在戰場上,齊王英勇而無畏,有多少次血染衣袍,他始終不下戰場,與將士并肩作戰至精疲力盡。
武昕森手中拿著一瓶清洗瘡口的藥水,他低頭看向齊王背部的箭瘡,他用齒咬去瓶口木塞,低語:“殿下要是疼得受不住,可以咬我的手臂。”
他一只手臂攙住齊王,齊王半個身子靠著他,額頭抵在他的肩上。
藥水澆在瘡口上,猶如烈液炙蝕肌肉,極致的痛楚,使得齊王死死揪住武昕森的手臂,指甲嵌入皮肉,他終是再忍不住,發出陣陣疼極的吸氣聲。
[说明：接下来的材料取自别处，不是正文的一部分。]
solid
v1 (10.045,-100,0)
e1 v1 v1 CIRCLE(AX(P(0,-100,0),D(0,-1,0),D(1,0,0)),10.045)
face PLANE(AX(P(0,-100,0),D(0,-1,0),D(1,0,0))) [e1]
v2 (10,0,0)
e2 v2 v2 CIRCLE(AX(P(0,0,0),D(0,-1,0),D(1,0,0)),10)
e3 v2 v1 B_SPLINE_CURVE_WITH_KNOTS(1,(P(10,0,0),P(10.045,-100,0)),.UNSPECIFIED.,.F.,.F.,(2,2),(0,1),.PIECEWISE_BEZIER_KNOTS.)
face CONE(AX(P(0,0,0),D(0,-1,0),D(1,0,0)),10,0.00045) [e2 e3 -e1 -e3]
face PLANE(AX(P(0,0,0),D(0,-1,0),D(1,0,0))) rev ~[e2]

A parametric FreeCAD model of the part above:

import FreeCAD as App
import Part
import Sketcher

V = App.Vector

doc = App.newDocument("Part")
body = doc.addObject("PartDesign::Body", "Body")

# Sketch on XZ plane
sketch1 = body.newObject("Sketcher::SketchObject", "Sketch")
sketch1.AttachmentSupport = (doc.getObject("XZ_Plane"), [""])
sketch1.MapMode = "FlatFace"
sketch1.addGeometry(Part.Circle(V(0, 0, 0), V(0, 0, 1), 10), False)
sketch1.addConstraint([
    Sketcher.Constraint("Coincident", 0, 3, -1, 1),
    Sketcher.Constraint("Diameter", 0, 20.0),
])

# Sketch on XZ plane
sketch2 = body.newObject("Sketcher::SketchObject", "Sketch001")
sketch2.AttachmentSupport = (doc.getObject("XZ_Plane"), [""])
sketch2.MapMode = "FlatFace"
sketch2.AttachmentOffset = App.Placement(V(0, 0, 100), App.Rotation())
sketch2.addGeometry(Part.Circle(V(0, 0, 0), V(0, 0, 1), 10), False)
sketch2.addConstraint([
    Sketcher.Constraint("Coincident", 0, 3, -1, 1),
    Sketcher.Constraint("Diameter", 0, 20.09),
])

additiveloft = body.newObject("PartDesign::AdditiveLoft", "AdditiveLoft")
additiveloft.Profile = sketch1
additiveloft.Sections = [sketch2]

doc.recompute()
他在抵抗平素未曾遭遇的疼痛,終于他的身子癱軟了,意識逐漸模糊。
察覺齊王的身子往自己身上貼靠,武昕森知道他失去意識,這樣也好,實在不忍見他如此。
武昕森為齊王的瘡口清理,上藥,做包扎,包扎好后,幫他拉上衣服。整個過程,兩人始終貼靠在一起,這么冷的夜,彼此身上的體溫能用于取暖。
武昕森撥開齊王額上濕漉漉的發絲,見到他眉頭緊皺,似要緩緩舒醒,武昕森試探地輕喚:“殿下?”